Thursday, October 06, 2005

The Succession of Bishops - Part 5

After wrestling with the question of leadership in the church and examining oft cited quotes from the early fathers, I felt it necessary to gravitate away from the view that the local church is completely autonomous and that leadership is something which merely arises out of personal giftedness and and local church elections. Clearly the early church did not function that way. A few summary thoughts:

1. The key role of the church leader is to defend, teach and preserve apostolic truth. Whatever authority he possesses is for that purpose and that purpose alone. Of course other responsibilities go with that key role, but the teaching of the apostles is the absolute foundation of every ministry, every program, every initiative. To fail on this point is to erode the stability of everything else.



2. Timothy was given a deposit of faith from Paul and was to commit that deposit of faith to "reliable men" who were able to teach others. He was to pass along (tradition) what he had received and those reliable men were to again pass along what they had received. So a concept of "tradition", passing along what had been received, exists in the New Testament and was clearly part of the role of leadership in the early centuries of the church.

3. A succession of bishops then, was something that was present and understood immediately after the death of the apostles. However, the key point, for Irenaeus, was that the summed total of all the bishops represented a consensus of doctrinal purity and and dramatic symbol of unity. He appealed to succession - this process of passing along the deposit of faith from one "reliable man" to the next - as evidence that Christianity was distinct from heresies which had sprung up in isolated places, false teachings with no connection to the apostles. Succession was not an end in itself or an infallible, magical, mechanical formula for preserving the church, rather it was a way of constructing an organism that was self correcting, a body that could remain healthy as a whole, even if a foreign agent invaded it.

4. For Vincent of Lerins in the fifth century, the consensus of the whole church represented a path to doctrinal purity and unity, essentially the same argument Ireneaus made. The consistency of teaching across geographical boundaries and over a significant period of time provided evidence that a particular understanding of apostolic teaching, embodied most reliably in the scriptures, but held by the church ever since, was correct, consistent, reliable, universal. Though many bishops had embraced the heresy of Arius, and individual Bishops had embraced other false notions, the whole body, in the end, proved healthy, consistent and true.
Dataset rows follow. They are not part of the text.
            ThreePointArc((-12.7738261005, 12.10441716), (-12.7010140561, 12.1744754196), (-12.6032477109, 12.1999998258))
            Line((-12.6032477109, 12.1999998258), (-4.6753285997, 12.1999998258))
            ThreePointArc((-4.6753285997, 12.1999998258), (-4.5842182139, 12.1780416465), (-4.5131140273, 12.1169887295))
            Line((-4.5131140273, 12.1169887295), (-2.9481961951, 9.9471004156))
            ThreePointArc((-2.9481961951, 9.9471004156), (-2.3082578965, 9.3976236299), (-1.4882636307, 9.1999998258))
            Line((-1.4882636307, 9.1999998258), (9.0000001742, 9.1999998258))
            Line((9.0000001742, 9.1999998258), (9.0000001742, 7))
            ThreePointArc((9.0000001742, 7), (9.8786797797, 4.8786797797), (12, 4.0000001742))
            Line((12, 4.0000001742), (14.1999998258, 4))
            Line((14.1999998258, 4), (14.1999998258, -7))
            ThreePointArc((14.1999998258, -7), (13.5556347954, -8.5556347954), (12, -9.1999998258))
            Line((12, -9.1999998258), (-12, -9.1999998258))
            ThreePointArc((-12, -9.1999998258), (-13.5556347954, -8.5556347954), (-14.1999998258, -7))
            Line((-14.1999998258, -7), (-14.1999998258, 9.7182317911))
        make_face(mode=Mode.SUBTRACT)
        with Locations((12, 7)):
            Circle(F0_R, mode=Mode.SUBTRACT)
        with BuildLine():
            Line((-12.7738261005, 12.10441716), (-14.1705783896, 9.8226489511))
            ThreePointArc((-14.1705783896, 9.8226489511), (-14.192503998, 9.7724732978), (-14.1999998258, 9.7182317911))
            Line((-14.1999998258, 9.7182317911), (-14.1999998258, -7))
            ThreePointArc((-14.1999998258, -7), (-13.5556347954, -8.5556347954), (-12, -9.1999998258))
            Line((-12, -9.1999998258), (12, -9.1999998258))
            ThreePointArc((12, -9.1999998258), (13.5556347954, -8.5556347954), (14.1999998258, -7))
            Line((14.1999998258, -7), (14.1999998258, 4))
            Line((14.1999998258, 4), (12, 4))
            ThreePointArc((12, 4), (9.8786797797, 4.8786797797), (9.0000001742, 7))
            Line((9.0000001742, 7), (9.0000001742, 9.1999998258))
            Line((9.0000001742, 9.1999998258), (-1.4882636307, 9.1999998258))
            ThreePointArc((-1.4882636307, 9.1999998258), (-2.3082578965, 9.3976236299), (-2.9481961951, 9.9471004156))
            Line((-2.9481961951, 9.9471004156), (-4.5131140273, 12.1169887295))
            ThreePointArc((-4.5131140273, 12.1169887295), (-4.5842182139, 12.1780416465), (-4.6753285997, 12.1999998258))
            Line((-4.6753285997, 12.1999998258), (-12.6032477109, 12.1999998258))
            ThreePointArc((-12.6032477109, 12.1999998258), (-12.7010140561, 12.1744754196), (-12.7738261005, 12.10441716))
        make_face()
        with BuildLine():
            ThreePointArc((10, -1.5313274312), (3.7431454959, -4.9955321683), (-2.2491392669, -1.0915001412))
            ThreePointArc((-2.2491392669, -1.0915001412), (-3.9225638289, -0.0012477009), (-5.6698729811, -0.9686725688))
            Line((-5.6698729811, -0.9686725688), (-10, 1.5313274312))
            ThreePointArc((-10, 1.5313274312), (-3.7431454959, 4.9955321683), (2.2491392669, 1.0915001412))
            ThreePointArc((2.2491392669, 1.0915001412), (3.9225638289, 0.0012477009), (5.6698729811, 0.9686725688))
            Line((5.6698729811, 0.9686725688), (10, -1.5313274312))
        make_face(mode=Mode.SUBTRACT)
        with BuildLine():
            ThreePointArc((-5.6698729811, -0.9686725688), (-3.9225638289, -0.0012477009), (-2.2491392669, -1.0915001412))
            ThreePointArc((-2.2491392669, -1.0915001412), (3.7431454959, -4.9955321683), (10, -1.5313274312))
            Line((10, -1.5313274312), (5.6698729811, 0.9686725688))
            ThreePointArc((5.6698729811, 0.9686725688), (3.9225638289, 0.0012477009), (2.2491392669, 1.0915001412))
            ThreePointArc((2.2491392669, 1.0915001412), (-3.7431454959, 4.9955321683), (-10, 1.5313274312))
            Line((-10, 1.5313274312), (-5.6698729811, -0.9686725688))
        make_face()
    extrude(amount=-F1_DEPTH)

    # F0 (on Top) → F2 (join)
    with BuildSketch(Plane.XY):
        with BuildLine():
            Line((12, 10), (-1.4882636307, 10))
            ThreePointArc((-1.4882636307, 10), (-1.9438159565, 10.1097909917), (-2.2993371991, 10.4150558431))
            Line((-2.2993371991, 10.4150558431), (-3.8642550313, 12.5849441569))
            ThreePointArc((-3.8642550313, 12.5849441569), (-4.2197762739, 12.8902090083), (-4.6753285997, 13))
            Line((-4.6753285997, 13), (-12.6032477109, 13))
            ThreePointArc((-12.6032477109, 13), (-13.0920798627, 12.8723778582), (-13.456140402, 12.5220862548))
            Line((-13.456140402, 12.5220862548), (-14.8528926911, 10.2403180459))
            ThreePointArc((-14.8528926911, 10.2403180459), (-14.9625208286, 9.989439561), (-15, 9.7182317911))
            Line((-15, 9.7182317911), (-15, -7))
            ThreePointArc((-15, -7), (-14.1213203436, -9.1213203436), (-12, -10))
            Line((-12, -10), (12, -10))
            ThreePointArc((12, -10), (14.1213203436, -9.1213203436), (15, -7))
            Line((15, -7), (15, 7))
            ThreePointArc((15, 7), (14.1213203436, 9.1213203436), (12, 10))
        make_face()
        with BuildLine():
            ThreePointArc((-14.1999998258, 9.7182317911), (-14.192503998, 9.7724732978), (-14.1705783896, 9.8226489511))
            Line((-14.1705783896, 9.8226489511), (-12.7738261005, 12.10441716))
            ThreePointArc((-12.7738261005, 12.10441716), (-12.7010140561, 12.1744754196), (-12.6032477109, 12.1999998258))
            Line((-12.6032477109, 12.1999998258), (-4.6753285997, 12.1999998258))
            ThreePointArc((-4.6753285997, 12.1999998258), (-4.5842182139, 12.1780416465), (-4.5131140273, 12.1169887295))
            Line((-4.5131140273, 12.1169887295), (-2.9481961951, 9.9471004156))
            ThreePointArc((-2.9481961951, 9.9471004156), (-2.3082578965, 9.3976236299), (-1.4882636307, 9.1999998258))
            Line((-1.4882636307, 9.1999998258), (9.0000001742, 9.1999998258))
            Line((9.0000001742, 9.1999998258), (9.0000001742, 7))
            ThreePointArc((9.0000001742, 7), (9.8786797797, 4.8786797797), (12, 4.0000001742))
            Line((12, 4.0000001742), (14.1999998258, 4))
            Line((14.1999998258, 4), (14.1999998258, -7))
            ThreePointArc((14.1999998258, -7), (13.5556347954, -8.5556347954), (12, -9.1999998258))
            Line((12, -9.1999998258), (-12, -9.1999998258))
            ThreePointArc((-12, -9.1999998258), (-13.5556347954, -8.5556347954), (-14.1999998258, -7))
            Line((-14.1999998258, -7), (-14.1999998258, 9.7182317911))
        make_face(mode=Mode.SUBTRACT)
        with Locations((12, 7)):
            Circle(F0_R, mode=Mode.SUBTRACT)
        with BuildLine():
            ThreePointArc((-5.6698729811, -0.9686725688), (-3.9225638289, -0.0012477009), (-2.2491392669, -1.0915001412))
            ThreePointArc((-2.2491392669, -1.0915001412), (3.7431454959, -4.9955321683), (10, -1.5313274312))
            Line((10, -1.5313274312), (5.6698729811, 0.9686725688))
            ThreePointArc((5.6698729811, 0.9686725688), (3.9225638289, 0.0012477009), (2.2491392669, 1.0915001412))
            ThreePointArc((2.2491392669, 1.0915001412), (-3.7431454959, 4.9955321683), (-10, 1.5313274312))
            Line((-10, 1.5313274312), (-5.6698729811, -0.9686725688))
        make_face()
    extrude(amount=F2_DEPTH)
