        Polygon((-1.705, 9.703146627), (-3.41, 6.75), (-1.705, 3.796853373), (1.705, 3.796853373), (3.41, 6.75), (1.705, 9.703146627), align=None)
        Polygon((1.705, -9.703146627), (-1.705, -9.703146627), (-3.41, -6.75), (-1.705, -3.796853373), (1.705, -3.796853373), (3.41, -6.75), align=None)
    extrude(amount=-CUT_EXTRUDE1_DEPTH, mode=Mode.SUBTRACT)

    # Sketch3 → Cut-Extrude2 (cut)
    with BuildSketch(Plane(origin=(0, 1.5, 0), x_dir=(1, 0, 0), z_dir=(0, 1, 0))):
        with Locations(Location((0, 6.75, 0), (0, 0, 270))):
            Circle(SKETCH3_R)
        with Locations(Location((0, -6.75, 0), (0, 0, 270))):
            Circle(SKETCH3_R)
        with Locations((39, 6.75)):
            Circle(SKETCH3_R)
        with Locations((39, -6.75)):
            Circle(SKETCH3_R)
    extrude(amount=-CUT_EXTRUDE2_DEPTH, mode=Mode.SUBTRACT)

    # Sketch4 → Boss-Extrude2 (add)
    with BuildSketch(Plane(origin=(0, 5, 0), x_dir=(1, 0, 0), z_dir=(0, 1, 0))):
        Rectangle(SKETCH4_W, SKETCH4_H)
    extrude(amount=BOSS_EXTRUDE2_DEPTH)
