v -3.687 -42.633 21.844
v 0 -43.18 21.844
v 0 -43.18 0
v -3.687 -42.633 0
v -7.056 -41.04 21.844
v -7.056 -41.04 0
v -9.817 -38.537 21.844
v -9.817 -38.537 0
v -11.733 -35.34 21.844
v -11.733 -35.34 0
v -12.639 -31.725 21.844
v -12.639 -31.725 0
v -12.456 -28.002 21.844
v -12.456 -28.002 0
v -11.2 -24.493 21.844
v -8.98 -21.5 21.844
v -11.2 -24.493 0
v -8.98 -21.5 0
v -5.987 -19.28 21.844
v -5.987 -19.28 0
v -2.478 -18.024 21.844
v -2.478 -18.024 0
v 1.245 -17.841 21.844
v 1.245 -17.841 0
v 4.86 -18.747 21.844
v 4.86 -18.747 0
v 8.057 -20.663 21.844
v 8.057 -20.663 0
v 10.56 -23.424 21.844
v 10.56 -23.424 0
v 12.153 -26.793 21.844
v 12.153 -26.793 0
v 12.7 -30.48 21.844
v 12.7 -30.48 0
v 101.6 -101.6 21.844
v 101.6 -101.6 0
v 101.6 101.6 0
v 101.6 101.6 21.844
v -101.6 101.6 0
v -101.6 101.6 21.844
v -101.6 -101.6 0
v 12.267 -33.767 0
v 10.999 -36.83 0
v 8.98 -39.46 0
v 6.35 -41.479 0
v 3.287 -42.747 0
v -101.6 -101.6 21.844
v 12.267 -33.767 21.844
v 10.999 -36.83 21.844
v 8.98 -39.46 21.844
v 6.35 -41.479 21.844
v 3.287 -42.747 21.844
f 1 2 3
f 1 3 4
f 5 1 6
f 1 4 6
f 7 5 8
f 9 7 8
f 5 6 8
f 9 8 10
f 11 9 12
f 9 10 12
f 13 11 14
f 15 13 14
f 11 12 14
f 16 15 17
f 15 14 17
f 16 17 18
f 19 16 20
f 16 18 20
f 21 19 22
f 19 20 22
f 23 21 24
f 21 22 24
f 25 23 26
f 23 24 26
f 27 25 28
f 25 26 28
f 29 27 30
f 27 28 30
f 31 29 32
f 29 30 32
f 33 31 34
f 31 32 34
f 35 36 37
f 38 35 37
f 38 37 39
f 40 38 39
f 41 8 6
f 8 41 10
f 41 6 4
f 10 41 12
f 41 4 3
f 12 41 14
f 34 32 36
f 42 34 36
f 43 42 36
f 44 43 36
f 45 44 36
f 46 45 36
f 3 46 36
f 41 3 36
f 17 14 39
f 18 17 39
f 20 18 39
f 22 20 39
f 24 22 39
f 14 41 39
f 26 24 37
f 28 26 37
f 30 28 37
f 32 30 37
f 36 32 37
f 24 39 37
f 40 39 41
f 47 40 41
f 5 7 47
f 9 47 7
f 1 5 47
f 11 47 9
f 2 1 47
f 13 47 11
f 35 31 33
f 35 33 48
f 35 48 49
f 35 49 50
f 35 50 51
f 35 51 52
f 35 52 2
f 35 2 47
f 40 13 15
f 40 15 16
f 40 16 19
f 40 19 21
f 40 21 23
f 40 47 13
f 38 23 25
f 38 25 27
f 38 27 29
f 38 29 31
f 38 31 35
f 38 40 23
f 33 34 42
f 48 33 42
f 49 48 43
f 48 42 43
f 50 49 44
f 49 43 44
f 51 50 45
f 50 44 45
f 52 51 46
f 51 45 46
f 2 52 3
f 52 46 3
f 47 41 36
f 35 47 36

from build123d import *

# Parameters (mm, degrees)
F1_DEPTH = 21.844


with BuildPart() as f1:
    # F0 (on Top) → F1 (new body)
    with BuildSketch(Plane.XY):
        with BuildLine():
            ThreePointArc((12.7, -30.48), (-8.980256, -21.499744), (0, -43.18))
            ThreePointArc((0, -43.18), (8.980256, -39.460256), (12.7, -30.48))
        make_face()
        Polygon((0, -101.6), (101.6, -101.6), (101.6, 101.6), (-101.6, 101.6), (-101.6, -101.6), align=None)
        with BuildLine():
            ThreePointArc((12.7, -30.48), (8.980256, -39.460256), (0, -43.18))
            ThreePointArc((0, -43.18), (-8.980256, -21.499744), (12.7, -30.48))
        make_face(mode=Mode.SUBTRACT)
    extrude(amount=F1_DEPTH)


solid = f1.part
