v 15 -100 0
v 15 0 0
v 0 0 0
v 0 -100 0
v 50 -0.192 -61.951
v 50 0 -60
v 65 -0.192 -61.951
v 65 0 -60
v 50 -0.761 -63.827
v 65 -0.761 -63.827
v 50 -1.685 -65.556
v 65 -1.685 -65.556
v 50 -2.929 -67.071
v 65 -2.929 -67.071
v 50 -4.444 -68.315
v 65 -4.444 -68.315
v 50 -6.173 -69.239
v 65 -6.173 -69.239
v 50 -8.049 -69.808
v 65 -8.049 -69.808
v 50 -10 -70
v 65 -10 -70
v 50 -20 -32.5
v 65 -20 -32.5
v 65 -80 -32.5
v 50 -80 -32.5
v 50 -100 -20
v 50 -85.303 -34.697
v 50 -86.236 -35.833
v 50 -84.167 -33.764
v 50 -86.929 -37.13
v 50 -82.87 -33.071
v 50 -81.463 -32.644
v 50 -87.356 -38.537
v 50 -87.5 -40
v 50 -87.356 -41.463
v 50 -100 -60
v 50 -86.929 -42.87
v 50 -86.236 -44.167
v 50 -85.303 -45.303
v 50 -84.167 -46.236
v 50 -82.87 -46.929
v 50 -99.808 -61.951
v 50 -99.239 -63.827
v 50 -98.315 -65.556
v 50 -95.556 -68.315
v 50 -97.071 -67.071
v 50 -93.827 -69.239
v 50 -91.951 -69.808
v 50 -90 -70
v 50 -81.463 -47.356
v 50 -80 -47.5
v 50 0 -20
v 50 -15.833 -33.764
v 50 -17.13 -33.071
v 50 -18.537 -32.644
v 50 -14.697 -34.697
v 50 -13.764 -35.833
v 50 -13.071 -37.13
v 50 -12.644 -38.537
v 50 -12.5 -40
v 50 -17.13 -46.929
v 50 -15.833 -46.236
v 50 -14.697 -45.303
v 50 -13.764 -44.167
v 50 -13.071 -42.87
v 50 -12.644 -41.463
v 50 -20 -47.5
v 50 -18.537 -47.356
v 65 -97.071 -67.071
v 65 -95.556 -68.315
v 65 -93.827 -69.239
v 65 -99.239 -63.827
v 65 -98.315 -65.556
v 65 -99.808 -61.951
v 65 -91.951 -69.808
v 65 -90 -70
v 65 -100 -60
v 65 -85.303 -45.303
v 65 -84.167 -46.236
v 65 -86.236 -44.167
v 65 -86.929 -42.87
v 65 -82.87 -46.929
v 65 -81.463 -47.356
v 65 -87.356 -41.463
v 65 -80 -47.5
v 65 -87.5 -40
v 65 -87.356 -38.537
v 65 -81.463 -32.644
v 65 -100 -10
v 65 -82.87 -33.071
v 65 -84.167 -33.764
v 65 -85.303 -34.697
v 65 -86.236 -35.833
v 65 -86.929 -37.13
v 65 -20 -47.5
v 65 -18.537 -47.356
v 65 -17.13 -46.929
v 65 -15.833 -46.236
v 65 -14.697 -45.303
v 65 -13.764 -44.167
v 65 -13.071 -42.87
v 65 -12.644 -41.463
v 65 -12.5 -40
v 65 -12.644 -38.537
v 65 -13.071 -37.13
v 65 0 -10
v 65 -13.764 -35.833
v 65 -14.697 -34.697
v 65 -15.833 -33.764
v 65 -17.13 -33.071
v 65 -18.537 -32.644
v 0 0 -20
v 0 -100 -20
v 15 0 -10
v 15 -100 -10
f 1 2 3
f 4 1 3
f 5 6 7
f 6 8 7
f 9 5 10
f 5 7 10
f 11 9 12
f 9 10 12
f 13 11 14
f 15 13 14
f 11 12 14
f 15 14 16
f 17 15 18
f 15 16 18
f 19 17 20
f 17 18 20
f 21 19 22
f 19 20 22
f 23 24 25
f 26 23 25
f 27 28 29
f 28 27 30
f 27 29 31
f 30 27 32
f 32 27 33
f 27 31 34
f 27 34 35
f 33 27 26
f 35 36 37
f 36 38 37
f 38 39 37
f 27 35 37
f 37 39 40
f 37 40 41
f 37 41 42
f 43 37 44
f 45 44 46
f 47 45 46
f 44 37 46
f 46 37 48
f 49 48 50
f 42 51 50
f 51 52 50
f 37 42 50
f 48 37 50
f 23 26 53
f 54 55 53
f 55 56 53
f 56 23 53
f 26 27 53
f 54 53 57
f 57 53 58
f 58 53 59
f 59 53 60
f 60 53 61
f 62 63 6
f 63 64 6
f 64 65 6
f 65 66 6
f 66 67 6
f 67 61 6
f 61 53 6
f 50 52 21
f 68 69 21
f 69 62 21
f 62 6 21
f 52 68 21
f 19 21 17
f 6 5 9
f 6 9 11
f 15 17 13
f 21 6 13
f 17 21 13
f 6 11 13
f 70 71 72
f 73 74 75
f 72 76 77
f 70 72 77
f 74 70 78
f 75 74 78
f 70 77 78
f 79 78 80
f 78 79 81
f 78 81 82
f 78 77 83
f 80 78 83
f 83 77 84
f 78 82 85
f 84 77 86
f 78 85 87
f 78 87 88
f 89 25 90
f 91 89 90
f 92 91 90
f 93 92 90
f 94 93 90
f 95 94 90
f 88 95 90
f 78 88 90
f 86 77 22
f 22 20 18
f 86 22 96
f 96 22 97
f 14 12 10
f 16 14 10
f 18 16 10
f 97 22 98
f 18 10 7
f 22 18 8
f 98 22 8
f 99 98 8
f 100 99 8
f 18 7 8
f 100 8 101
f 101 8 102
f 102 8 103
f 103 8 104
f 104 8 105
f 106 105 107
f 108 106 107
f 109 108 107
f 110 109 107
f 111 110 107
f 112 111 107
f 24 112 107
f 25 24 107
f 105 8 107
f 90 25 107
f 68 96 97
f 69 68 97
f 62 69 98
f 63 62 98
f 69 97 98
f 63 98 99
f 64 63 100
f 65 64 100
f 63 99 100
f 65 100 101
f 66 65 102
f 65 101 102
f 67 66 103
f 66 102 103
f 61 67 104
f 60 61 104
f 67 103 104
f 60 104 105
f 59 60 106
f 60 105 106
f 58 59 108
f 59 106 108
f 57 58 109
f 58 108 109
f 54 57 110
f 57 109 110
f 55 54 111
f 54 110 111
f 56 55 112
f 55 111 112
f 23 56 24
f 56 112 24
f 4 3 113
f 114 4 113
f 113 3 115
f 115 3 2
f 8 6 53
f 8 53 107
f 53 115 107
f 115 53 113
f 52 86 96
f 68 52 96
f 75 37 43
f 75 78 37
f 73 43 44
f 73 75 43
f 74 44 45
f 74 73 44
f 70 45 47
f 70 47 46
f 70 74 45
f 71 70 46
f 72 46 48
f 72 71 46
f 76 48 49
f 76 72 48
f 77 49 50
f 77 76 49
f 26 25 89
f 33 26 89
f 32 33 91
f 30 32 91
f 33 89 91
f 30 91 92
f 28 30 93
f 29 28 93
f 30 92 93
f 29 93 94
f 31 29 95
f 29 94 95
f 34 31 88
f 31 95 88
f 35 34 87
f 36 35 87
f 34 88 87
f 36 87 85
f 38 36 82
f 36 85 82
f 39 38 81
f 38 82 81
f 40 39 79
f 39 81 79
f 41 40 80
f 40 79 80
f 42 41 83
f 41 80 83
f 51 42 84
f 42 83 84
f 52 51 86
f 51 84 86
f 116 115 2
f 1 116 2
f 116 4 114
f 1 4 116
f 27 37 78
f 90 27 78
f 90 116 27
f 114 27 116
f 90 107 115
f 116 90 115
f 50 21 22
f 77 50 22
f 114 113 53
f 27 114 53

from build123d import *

# Parameters (mm, degrees)
F1_DEPTH = 100
F3_DEPTH = 25
F4_R     = 10


with BuildPart() as f1:
    # F0 (on Front) → F1 (new body)
    with BuildSketch(Plane.XZ):
        Polygon((15, 0), (0, 0), (0, -20), (50, -20), (50, -70), (65, -70), (65, -10), (15, -10), align=None)
    extrude(amount=F1_DEPTH)

    # F2 (on face) → F3 (cut)
    with BuildSketch(Plane.YZ.offset(65)):
        with BuildLine():
            Line((-20, -32.5), (-80, -32.5))
            ThreePointArc((-80, -32.5), (-87.5, -40), (-80, -47.5))
            Line((-80, -47.5), (-20, -47.5))
            ThreePointArc((-20, -47.5), (-12.5, -40), (-20, -32.5))
        make_face()
    extrude(amount=-F3_DEPTH, mode=Mode.SUBTRACT)

    # F4
    f4_edges = [f1.edges().sort_by_distance(p)[0] for p in [
        (57.5, -100, -70),
        (57.5, 0, -70),
    ]]
    fillet(f4_edges, radius=F4_R)


solid = f1.part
5. It is simply wrong, historically mistaken, to outright reject any concept of a continuity of church leadership as an aberration that was embraced by the Constantinian church or the medieval church as if such continuity had no place from the very beginning. Bishops are to be connected to each other, accountable to each other, accountable to the church of history. And the threefold office of Bishop, Presbyter and Deacon was essentially understood as the norm from the first century forward.

What then to make of the Evangelical traditions of today? The Reformers, in rejecting the authoritarian characteristic of the medieval episcopate, set in motion a deep suspicion of all authority. This was understandable. But in properly calling the church back to the canon of Scripture as the measuring rod of truth while rejecting the leadership structure of sixteen centuries, they inadvertently shifted the burden of leadership not only away from an out of control hierarchy, but also away from the consensus of the rest of church history. When this was coupled with the rationalism of the enlightenment, it paved the way for individualism to run away with the Protestant movement.

Thus in independent churches leadership no longer represents anything universal. Denominationalism, individualism, and unaccountability to the whole have fractured the witness of Christianity. Faith has become just an opinion, another entree on the smorgasborg of pluralism. Moral authority in the culture at large is, as a result, forfeited.

I wish to move back to the center, not to the other edge. Catholics and Orthodox point to the Bishops as having authority by virtue of the office they hold. Protestants point to the failures of many who have held the office to suggest that no such authority exists. But the role of the church leader is to preserve, teach, and pass along the apostolic faith with a singular voice. Focusing on the external office is not sufficient, neither is abandoning the office altogether.

The authority of the bishop comes not from democratic election, nor does it come from blind mechanical succession. It comes from speaking with the voice of the apostles in unity with the whole church. His authority comes not from himself, nor his denomination, nor mechanically from his predecessor, but from connection to the scriptural and apostolic life-blood of the universal church.